CS457 Syllabus & Progress

## The Second Normal Form (2NF) - continued

• Summary....

• Recall that we were in the process of decomposing "Employee1" into 2NF:

 ``` Employee1(SSN, Fname, LName, PNumber, PName, Hours) ```

when we made a deviation to discuss lossless decomposition ....

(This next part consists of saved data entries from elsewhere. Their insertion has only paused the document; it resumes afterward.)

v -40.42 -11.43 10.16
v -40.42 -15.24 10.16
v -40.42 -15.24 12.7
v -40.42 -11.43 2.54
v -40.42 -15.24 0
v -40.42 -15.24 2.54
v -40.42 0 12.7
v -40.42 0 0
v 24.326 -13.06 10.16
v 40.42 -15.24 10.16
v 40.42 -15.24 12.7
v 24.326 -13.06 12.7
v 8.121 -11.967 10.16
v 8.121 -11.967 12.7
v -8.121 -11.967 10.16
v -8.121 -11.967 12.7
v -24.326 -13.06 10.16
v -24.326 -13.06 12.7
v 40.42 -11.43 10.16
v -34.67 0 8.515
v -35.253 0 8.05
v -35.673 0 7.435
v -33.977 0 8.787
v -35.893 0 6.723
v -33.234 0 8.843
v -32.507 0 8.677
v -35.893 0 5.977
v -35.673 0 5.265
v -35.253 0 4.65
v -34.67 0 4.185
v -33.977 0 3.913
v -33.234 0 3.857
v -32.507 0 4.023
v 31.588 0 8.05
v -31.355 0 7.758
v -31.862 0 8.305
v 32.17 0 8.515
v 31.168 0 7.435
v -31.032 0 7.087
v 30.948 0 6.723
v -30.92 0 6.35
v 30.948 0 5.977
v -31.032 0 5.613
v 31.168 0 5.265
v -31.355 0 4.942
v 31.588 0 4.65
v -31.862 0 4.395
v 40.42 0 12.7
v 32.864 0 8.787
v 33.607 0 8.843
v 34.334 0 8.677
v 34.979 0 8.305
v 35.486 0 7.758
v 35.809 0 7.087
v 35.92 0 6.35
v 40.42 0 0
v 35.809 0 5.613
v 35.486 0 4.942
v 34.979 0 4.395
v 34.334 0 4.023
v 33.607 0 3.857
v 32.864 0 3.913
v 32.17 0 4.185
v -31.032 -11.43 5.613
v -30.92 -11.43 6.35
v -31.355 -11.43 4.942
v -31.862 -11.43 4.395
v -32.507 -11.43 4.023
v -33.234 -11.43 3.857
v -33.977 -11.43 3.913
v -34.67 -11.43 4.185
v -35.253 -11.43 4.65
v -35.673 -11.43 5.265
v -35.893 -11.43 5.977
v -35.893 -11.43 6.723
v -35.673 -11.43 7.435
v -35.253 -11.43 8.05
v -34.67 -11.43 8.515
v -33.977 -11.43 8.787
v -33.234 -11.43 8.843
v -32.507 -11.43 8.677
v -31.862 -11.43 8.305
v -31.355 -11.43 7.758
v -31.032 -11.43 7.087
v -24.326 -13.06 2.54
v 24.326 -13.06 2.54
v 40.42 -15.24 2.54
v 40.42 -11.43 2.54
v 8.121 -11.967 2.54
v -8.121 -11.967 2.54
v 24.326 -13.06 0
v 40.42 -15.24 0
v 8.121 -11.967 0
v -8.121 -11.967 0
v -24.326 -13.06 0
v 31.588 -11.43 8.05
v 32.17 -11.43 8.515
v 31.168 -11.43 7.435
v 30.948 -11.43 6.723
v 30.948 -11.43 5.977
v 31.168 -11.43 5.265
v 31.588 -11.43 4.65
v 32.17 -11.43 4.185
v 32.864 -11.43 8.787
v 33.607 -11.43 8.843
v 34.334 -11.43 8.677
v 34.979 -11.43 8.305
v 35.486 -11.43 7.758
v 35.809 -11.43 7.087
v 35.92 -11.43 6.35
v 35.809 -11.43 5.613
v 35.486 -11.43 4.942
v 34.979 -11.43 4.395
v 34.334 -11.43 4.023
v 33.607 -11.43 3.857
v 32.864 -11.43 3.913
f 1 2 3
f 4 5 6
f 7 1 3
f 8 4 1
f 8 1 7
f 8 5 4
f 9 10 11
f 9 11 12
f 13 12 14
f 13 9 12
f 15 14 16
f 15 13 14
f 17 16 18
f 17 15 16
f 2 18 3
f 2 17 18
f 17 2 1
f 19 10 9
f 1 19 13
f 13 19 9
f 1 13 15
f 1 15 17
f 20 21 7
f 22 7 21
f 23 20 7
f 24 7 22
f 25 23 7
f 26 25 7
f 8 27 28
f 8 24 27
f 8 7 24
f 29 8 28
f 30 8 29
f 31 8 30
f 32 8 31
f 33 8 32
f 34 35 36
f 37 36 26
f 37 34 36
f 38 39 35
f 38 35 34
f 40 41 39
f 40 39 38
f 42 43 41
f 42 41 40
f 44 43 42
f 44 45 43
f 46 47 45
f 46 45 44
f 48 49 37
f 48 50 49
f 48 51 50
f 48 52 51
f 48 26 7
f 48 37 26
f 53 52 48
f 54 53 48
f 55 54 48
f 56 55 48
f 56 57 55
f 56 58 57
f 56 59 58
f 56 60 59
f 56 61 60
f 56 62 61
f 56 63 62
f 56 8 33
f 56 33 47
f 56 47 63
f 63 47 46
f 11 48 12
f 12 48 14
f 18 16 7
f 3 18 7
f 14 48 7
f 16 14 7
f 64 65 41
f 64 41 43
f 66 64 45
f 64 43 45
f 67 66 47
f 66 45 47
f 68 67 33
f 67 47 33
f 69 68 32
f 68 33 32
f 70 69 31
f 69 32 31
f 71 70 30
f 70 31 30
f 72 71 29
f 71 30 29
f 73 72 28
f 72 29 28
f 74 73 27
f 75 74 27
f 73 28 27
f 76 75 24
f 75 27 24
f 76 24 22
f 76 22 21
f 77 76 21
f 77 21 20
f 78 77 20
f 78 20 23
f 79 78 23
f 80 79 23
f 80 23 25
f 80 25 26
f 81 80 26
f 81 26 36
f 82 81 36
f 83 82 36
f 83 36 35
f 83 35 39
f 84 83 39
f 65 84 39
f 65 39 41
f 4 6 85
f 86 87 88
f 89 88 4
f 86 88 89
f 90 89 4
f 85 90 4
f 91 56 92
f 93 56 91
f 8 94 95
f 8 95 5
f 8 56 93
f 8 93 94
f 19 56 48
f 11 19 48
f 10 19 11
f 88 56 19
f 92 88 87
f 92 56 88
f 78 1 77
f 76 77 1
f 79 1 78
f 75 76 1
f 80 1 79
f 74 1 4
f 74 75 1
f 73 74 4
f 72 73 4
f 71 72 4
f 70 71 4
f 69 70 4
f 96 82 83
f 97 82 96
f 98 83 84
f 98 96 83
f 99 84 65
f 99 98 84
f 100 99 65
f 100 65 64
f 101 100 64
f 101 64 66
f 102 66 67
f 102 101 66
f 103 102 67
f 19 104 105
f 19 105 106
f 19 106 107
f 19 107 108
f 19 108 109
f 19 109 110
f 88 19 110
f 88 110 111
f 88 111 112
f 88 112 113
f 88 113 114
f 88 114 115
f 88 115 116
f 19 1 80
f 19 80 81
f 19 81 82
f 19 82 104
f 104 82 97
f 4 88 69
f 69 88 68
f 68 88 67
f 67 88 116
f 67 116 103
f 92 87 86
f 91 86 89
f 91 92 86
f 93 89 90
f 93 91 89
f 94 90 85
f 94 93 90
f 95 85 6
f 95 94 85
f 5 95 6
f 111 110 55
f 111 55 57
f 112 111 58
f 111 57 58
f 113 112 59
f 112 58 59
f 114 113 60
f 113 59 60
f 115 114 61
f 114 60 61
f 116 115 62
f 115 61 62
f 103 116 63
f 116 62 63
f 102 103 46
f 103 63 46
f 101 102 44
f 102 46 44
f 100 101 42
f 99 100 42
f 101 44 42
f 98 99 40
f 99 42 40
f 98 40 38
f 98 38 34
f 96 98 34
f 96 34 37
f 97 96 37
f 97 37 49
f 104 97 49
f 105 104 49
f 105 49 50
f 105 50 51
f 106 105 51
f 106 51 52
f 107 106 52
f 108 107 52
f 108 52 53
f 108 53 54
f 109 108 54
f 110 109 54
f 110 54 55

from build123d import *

# Parameters (mm, degrees)
BOSS_EXTRUDE1_DEPTH = 12.7
SKETCH2_R           = 2.5
CUT_EXTRUDE1_DEPTH  = 16.24
SKETCH3_W           = 7.62
SKETCH3_H           = 3.81
CUT_EXTRUDE2_DEPTH  = 81.8409129


with BuildPart() as part:
    # Sketch1 → Boss-Extrude1 (new body)
    with BuildSketch(Plane.XY):
        with BuildLine():
            Line((-40.4204564, 0), (40.4204564, 0))
            Line((40.4204564, 0), (40.4204564, -15.24))
            ThreePointArc((40.4204564, -15.24), (0, -11.830472076), (-40.4204564, -15.24))
            Line((-40.4204564, -15.24), (-40.4204564, 0))
        make_face()
    extrude(amount=BOSS_EXTRUDE1_DEPTH)

    # Sketch2 → Cut-Extrude1 (cut, through all)
    with BuildSketch(Plane(origin=(0, 0, 0), x_dir=(1, 0, 0), z_dir=(0, 1, 0))):
        with Locations((-33.4204564, -6.35)):
            Circle(SKETCH2_R)
        with Locations((33.4204564, -6.35)):
            Circle(SKETCH2_R)
    extrude(amount=-CUT_EXTRUDE1_DEPTH, mode=Mode.SUBTRACT)

    # Sketch3 → Cut-Extrude2 (cut, through all)
    with BuildSketch(Plane(origin=(40.4204564, 0, 0), x_dir=(0, 0, -1), z_dir=(1, 0, 0))):
        with Locations((-6.35, -13.335)):
            Rectangle(SKETCH3_W, SKETCH3_H)
    extrude(amount=-CUT_EXTRUDE2_DEPTH, mode=Mode.SUBTRACT)


solid = part.part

• We have covered a guideline that guarantees that a decomposition of a relation R into the relations R1 and R2 is lossless:

Let R1 and R2 be a decomposition of R

If either R1 ∩ R2 → R1 or R1 ∩ R2 → R2, then:

 content(R) = content(R1) * content(R2)

decompose relations losslessly into normal forms.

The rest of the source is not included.